# While FA's down, post your music here!



## nobuyuki (Jul 16, 2008)

Just a little spammy thread for those of you guys who feel the urge to post your music up _somewhere_  8)


I'll start,  here's a little chiptune mashup I slammed out the other day using Cool Edit 96 (ewww):  http://nobuyuki.gpknow.com/music/Nobuyuki - Like the Wind.mp3 
Note:  you may need to copy-paste it to work


Feel free to post stuff if you have any new tunes made while FA was down, or just to comment yah?  Maybe thread will have some use :V


----------



## Bryantacious (Jul 19, 2008)

www.myspace.com/worldsanddreamsnc

right now there are two vids of two of our songs from our last show

some decent recordings are on the way tho


----------



## thebeast76 (Jul 20, 2008)

I don't play music, can I put up some of my favorite artists' pages?
I promise I won't post shit like My Chemical Romance or Fallout boy.


----------



## Defender (Jul 20, 2008)

thebeast76 said:


> I don't play music, can I put up some of my favorite artists' pages?
> I promise I won't post shit like My Chemical Romance or Fallout boy.


How would this make any sense in the context of this thread


----------



## thebeast76 (Jul 21, 2008)

Defender said:


> How would this make any sense in the context of this thread


Oh, okay.
I do dabble a little. Mostly backbeats and stuff.
http://fc06.deviantart.com/fs31/f/2008/202/7/b/Smooth_Dance_by_thebeast76.mp3


----------



## Defender (Jul 21, 2008)

thebeast76 said:


> Oh, okay.
> I do dabble a little. Mostly backbeats and stuff.
> http://fc06.deviantart.com/fs31/f/2008/202/7/b/Smooth_Dance_by_thebeast76.mp3


That was sexy.


----------



## thebeast76 (Jul 21, 2008)

Defender said:


> That was sexy.


Thanks. I've got another here:
http://fc03.deviantart.com/fs31/f/2008/202/a/1/Classical_Stylings_by_thebeast76.mp3


----------



## nobuyuki (Jul 21, 2008)

thebeast76 said:


> Oh, okay.
> I do dabble a little. Mostly backbeats and stuff.
> http://fc06.deviantart.com/fs31/f/2008/202/7/b/Smooth_Dance_by_thebeast76.mp3



hawt music  it reminds me of glass and mirrors and french people

here's more music from me, it's smooth jazz  http://www.gpknow.com/nobuyuki/music/Nobuyuki - Springtime in the City.mp3


----------



## thebeast76 (Jul 21, 2008)

nobuyuki said:


> hawt music  it reminds me of glass and mirrors and french people
> 
> here's more music from me, it's smooth jazz  http://www.gpknow.com/nobuyuki/music/Nobuyuki - Springtime in the City.mp3



Danke.
What music program do you make your music with? I use Sony Acid Music Studio 4


----------



## nobuyuki (Jul 22, 2008)

Modplug Tracker


----------



## Defender (Jul 31, 2008)

http://media.putfile.com/Pumpkin-Cheesecake

Little snippet of the first improvised rough draft of something I'm working on. Apologies for the really awful sounding guitar, but my acoustic is extremely hard to play and I'm used to playing the low action of a classical guitar :<


----------



## Tansunn (Aug 2, 2008)

I'm big on video game music and like to arrange it in different ways.  My website has a lot of MP3s from a huge project I've started in which the goal is to take the entire soundtrack of Final Fantasy 6 (or 3 if you've only played it on Super Nintendo) and make it sound better than the SNES was capable of.  It also has a number of miscellaneous game arrangements I've done.  I have some newer stuff on my FA page, so feel free to check that out as well once the site's back up.
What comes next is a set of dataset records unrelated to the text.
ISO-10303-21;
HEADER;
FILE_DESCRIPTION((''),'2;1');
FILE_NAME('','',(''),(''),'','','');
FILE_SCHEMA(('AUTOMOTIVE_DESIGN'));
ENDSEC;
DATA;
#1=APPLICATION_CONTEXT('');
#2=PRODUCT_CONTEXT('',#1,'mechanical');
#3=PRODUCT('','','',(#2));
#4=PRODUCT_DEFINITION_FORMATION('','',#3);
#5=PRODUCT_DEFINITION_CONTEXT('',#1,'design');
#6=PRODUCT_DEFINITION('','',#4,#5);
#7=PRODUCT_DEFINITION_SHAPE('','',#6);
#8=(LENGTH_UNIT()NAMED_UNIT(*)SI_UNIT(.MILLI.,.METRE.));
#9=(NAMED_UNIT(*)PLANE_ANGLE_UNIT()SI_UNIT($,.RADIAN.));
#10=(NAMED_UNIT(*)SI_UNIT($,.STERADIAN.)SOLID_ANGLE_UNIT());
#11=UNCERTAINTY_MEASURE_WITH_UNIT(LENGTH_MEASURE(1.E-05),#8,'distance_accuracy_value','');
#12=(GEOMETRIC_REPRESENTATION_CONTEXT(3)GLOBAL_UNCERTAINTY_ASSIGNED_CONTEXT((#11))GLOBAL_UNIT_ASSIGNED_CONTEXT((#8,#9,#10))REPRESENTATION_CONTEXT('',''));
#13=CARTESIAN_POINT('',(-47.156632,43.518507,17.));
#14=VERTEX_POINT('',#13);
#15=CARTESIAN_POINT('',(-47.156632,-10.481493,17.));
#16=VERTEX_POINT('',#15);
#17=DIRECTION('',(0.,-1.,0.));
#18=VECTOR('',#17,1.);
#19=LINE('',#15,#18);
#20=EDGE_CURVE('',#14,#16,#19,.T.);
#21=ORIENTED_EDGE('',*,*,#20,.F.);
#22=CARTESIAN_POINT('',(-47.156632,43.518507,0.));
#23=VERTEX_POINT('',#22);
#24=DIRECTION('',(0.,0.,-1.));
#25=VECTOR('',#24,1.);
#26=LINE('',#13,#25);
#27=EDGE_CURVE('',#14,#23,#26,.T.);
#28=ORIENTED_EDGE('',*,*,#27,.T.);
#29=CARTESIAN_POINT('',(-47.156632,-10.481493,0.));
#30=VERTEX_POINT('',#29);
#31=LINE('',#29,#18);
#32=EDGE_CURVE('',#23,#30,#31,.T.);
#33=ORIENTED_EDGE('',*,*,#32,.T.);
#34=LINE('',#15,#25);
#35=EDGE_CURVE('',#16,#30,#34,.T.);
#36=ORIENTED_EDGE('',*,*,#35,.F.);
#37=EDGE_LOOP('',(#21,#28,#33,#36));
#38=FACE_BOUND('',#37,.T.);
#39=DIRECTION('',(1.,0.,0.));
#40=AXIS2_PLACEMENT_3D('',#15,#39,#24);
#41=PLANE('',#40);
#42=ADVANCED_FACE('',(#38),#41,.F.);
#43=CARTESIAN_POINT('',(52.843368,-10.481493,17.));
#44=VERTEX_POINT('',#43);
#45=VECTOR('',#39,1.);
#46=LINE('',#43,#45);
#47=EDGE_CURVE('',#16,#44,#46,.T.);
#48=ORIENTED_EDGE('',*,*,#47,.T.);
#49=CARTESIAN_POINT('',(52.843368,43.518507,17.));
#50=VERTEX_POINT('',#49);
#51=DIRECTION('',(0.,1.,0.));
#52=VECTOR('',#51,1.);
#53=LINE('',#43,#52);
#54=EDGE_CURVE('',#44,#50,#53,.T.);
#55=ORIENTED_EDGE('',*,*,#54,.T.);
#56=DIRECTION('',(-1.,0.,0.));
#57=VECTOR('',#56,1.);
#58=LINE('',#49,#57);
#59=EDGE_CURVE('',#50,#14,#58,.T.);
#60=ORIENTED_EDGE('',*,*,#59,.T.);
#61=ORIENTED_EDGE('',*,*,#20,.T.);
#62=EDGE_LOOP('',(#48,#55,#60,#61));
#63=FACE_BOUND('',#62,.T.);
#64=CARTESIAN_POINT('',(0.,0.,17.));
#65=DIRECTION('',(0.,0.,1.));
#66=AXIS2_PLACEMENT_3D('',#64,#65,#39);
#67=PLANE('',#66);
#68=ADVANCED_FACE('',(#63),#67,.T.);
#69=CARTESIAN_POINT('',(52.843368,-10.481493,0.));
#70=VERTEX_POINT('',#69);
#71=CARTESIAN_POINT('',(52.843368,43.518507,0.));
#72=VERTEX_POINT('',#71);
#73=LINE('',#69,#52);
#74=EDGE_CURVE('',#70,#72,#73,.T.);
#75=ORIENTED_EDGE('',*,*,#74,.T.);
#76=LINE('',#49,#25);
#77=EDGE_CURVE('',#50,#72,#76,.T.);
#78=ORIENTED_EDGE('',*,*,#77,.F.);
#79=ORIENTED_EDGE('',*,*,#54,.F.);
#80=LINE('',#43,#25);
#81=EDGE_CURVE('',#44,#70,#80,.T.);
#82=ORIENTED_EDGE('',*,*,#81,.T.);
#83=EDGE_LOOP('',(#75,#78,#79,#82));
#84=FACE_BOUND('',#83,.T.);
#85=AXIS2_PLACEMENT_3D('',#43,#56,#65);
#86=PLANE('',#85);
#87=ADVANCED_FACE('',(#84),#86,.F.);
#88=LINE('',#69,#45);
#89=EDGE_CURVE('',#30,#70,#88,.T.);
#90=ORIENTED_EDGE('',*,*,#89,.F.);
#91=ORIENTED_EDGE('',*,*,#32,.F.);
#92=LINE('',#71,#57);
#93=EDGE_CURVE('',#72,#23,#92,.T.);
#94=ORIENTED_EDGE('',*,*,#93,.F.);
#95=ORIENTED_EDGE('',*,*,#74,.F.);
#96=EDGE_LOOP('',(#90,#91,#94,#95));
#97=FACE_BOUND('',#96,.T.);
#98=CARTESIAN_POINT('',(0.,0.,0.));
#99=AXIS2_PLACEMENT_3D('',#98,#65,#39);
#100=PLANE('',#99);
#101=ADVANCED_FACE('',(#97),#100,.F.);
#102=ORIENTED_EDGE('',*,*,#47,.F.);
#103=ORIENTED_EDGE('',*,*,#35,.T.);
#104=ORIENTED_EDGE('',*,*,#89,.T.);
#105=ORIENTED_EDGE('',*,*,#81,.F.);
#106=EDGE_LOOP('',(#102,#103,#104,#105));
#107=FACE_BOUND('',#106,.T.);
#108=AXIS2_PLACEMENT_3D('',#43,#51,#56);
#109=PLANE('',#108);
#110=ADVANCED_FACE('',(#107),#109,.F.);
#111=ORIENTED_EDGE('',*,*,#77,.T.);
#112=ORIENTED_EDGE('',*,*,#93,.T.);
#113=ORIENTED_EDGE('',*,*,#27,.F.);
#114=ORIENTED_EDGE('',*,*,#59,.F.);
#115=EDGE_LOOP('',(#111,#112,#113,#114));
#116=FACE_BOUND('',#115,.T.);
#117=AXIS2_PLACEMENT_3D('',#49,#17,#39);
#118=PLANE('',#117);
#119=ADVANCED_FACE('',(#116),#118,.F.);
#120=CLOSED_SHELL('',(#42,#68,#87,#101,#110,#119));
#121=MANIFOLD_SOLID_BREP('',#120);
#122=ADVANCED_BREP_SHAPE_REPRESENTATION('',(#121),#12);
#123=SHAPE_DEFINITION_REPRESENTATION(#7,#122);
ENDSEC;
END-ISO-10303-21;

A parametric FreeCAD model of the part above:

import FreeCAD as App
import Part
import Sketcher
Q = App.Units.Quantity


def add_polygon(sketch, points):
    """Adds a closed chain of lines whose ends are joined by coincident constraints."""
    first, n = sketch.GeometryCount, len(points)
    for a, b in zip(points, points[1:] + points[:1]):
        sketch.addGeometry(Part.LineSegment(App.Vector(*a, 0), App.Vector(*b, 0)), False)
    for i in range(n):
        sketch.addConstraint(Sketcher.Constraint("Coincident", first + i, 2, first + (i + 1) % n, 1))

doc = App.newDocument("Part")
body = doc.addObject("PartDesign::Body", "Body")

# Sketch on XY plane
sketch1 = body.newObject("Sketcher::SketchObject", "Sketch")
sketch1.AttachmentSupport = (doc.getObject("XY_Plane"), [""])
sketch1.MapMode = "FlatFace"
add_polygon(sketch1, [(-47, 44), (-47, -10), (53, -10), (53, 44)])  # lines 0-3
sketch1.addConstraint([
    Sketcher.Constraint("Vertical", 0),
    Sketcher.Constraint("Horizontal", 1),
    Sketcher.Constraint("Vertical", 2),
    Sketcher.Constraint("Horizontal", 3),
    Sketcher.Constraint("DistanceX", 1, 1, 1, 2, Q("100 mm")),
    Sketcher.Constraint("DistanceY", 0, 2, 0, 1, Q("54 mm")),
    Sketcher.Constraint("DistanceX", 0, 2, -1, 1, Q("47.156632 mm")),
    Sketcher.Constraint("DistanceY", 0, 2, -1, 1, Q("10.481493 mm")),
])
pad1 = body.newObject("PartDesign::Pad", "Pad")
pad1.Profile = sketch1
pad1.Length = 17

doc.recompute()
http://www.jabcreations.com/tansunn


----------



## Whitenoise (Aug 3, 2008)

Tansunn said:


> I'm big on video game music and like to arrange it in different ways. My website has a lot of MP3s from a huge project I've started in which the goal is to take the entire soundtrack of Final Fantasy 6 (or 3 if you've only played it on Super Nintendo) and make it sound better than the SNES was capable of. It also has a number of miscellaneous game arrangements I've done. I have some newer stuff on my FA page, so feel free to check that out as well once the site's back up.
> 
> http://www.jabcreations.com/tansunn



Quite enjoyed this, first FF I ever played :] , will you do Shadow's theme at some point, was always my favourite.


----------



## Tansunn (Aug 3, 2008)

I'll do every track at some point.  It's just a matter of when I get around to it...


----------



## greg-the-fox (Aug 3, 2008)

I don't upload my music to FA anyway, because there's hardly any audience, but I guess I'll post something I did recently because nobody is taking notice. (lol boring and utterly generic trance music)

http://www.newgrounds.com/audio/listen/161665


----------



## SeiferTheWolf (Aug 3, 2008)

Here is my chiptune remix of steve vai's "Juice"
http://cloudtheundying.deviantart.com/art/Steve-Vai-Juice-Chiptune-93697359


----------